Digium preps Asterisk Linux distribution

Load on a PC and start talking

Today, Asterisk deployments range from bicycle-powered embedded systems for wireless phone calls in Africa to enterprise call centre and VoIP service providers.

Locally, Asterisk users include prepaid calling provider AlphaNET, the US American Express help desk (served out of Brisbane), retailer Adairs, the University of Queensland, marketing company Clear Blue Day, and "a large Australian airline" that uses Asterisk for IVR to allow people to check the status of flights.

"The commercial impact is easy to show with high ROI, convergence of infrastructure, and an open door for unlimited innovation," Spencer said. "A lot of these things at the edge seem silly today, like paying for parking with your phone, but the future of VoIP will depend on features, not just voicemail and conferencing."

When asked how many people from outside Digium are contributing to the open source Asterisk, Spencer said the scale ranges from active participants to direct competitors that don't give anything back.

"Some resellers have staff who are active in contributing to Asterisk [and] in the middle you have a set of people who are contributing because of their own need, not because they are excited about telephones," he said. "There are a number of vendors that take Asterisk and produce products around it and contribute in a variety of ways, not just source code. A lot of people just take it as well and don't give anything back but also compete with us."
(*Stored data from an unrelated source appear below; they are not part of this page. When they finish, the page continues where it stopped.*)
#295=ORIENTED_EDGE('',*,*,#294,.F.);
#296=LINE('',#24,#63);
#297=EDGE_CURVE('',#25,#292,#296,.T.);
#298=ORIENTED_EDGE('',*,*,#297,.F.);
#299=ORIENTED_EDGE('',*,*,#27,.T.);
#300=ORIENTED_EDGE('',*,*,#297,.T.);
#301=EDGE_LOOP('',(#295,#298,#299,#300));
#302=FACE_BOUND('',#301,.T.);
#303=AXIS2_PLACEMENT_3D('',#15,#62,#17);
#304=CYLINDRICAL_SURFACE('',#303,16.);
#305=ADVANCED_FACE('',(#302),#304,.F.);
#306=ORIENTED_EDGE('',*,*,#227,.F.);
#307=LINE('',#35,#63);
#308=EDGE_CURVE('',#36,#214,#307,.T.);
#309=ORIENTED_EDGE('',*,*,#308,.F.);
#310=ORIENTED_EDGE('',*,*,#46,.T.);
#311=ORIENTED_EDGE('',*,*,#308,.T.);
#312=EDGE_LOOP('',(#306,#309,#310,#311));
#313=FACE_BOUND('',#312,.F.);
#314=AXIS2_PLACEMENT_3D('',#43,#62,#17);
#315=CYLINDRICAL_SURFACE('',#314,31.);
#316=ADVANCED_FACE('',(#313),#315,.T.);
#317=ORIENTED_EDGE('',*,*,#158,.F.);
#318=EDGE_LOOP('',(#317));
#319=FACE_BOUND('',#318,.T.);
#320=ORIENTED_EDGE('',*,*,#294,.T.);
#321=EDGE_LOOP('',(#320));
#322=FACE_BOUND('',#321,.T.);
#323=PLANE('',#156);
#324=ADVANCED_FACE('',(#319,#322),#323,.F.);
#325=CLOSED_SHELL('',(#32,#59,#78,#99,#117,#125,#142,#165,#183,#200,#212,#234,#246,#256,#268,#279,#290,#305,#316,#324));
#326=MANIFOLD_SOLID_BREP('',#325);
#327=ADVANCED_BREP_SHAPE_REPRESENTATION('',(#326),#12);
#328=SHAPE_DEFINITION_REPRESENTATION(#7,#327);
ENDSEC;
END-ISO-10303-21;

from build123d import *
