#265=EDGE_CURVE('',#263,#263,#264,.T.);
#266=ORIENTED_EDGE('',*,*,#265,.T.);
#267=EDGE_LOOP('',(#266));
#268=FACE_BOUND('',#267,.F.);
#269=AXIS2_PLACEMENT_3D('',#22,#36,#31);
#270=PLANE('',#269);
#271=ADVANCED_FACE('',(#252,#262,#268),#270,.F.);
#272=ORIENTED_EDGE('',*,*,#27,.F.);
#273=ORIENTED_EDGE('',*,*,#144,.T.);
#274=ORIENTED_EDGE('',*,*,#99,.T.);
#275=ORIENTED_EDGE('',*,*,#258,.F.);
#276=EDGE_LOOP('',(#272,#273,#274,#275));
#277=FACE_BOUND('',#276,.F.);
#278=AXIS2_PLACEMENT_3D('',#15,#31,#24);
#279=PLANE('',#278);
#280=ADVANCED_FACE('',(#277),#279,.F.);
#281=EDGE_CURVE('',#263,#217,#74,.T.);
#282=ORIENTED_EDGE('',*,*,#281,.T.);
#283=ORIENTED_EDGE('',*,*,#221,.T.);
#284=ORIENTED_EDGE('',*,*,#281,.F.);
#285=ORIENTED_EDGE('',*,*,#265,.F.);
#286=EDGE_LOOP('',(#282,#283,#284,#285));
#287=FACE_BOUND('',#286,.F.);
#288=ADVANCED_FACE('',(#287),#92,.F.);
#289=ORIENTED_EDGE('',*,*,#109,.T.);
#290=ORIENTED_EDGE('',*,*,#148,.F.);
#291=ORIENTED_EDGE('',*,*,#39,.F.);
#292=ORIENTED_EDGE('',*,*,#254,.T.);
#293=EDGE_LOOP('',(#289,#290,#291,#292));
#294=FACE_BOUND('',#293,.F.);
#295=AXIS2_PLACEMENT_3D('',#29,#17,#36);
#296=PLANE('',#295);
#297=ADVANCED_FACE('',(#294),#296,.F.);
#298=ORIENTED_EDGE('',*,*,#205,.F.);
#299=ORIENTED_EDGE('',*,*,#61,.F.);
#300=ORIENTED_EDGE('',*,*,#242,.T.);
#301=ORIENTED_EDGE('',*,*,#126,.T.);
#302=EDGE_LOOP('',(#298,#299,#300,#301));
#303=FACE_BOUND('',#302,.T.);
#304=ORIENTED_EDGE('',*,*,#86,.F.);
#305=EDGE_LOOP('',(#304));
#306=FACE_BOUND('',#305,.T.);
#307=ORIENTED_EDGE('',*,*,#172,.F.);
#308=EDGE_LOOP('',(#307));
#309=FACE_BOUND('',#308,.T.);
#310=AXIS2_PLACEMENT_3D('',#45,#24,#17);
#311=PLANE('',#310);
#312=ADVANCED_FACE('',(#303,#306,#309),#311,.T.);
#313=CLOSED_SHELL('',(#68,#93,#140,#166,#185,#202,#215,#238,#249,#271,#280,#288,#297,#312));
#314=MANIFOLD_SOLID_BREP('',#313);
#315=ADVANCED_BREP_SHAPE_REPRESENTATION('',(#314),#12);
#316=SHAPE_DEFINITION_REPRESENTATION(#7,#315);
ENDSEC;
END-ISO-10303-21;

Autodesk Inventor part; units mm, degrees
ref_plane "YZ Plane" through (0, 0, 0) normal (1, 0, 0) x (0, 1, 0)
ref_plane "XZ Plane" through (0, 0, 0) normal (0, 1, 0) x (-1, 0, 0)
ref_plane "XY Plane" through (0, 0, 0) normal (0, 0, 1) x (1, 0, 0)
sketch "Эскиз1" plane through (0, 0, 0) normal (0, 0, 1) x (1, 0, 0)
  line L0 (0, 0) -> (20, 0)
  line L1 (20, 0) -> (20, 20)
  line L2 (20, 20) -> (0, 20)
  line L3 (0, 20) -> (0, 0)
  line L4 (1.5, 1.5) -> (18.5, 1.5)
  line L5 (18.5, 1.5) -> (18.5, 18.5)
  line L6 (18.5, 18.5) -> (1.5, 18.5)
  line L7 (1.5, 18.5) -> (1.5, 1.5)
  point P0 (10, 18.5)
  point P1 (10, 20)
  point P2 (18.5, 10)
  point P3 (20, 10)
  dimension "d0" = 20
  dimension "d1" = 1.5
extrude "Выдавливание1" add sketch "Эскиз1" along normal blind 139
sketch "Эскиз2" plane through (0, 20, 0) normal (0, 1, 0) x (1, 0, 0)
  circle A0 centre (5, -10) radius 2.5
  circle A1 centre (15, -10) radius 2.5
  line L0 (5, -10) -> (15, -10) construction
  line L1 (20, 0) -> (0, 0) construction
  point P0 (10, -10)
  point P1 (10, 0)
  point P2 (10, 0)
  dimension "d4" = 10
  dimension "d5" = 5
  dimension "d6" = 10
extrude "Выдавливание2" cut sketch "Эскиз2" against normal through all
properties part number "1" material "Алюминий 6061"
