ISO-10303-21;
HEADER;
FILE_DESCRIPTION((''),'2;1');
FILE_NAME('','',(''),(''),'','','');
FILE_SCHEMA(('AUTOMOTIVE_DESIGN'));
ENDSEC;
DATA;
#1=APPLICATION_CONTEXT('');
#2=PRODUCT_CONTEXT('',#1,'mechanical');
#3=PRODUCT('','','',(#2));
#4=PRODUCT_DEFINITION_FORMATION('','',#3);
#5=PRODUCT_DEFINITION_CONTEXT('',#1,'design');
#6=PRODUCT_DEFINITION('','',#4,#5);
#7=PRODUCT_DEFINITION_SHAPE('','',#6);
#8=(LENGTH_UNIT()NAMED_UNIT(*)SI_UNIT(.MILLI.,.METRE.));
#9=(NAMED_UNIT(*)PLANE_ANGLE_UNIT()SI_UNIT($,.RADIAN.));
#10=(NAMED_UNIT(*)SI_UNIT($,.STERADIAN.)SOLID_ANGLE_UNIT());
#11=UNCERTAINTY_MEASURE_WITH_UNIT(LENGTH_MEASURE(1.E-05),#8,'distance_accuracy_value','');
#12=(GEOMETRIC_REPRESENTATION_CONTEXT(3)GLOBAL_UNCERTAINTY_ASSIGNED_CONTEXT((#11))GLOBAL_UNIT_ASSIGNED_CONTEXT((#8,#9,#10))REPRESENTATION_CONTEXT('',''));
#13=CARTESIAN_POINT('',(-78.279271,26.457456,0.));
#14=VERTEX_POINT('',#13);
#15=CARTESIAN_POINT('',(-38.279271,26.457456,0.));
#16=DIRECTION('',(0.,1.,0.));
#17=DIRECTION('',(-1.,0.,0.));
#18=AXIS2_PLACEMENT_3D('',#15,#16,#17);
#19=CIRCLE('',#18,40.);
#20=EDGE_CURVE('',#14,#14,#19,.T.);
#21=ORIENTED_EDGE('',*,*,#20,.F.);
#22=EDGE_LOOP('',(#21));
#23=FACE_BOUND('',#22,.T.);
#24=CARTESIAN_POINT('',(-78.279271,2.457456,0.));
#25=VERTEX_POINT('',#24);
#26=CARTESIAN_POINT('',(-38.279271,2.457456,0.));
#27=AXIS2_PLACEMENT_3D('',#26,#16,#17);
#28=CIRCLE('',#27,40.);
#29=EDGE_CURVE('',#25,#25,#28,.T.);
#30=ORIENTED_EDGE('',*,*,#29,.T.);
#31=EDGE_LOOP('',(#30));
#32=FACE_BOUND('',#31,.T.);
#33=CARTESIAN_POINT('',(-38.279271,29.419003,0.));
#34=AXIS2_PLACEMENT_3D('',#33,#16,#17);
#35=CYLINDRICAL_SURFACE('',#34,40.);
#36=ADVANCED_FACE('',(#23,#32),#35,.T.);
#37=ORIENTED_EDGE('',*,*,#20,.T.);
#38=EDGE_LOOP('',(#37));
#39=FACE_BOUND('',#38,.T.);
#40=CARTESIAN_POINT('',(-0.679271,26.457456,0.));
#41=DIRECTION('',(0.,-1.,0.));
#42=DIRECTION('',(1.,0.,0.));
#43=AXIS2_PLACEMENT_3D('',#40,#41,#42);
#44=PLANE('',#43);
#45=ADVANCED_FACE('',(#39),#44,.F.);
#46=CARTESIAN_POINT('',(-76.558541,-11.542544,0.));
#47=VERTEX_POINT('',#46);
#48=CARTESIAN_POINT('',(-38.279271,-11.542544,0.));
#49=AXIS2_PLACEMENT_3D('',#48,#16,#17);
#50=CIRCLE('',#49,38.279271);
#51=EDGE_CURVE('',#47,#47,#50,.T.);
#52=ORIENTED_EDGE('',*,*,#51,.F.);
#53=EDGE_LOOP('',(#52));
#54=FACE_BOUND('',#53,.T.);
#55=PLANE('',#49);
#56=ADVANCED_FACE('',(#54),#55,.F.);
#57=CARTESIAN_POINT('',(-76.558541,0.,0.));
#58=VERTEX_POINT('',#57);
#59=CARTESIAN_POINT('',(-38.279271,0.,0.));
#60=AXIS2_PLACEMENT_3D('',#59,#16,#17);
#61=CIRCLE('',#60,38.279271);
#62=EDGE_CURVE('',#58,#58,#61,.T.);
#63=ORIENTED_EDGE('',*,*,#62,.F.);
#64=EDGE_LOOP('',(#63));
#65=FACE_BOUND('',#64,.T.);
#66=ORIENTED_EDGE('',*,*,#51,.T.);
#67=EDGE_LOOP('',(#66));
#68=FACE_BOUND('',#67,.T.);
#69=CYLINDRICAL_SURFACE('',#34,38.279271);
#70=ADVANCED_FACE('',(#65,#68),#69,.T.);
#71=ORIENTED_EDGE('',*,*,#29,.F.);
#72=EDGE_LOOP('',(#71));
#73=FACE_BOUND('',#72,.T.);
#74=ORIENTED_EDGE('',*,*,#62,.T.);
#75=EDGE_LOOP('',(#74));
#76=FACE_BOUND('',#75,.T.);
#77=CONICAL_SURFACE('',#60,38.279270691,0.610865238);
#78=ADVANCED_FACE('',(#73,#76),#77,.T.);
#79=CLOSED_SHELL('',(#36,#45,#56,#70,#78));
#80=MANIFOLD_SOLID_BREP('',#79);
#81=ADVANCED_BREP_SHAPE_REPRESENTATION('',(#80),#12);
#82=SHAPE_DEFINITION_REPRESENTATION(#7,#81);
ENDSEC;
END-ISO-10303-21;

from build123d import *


with BuildPart() as part:
    # Sketch1 → Revolve1 (revolve)
    with BuildSketch(Plane.XY):
        Polygon((0, 0), (1.720729309, 2.457456133), (1.720729309, 26.457456133), (-0.679270691, 26.457456133), (-38.279270691, 26.457456133), (-38.279270691, -11.542543867), (0, -11.542543867), align=None)
    revolve(axis=Axis((-38.279270691, 29.419002817, 0), (0, -1, 0)))


solid = part.part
Spencer said open source projects need to convince customers to "work with you" and since there is a range of contribution levels from different people "you just have to accept it for what it is".

"Others like MySQL and Sugar[CRM] rarely receive substantive outside feature contributions [and] they use open source as a marketing tool," he said, adding Digium is working on a program to sponsor more core Asterisk developers."

CEO of local telecommunications analyst firm Market Clarity Shara Evans said Asterisk has proven to be popular with local ITSPs, with some 40 already using it to carry customer calls.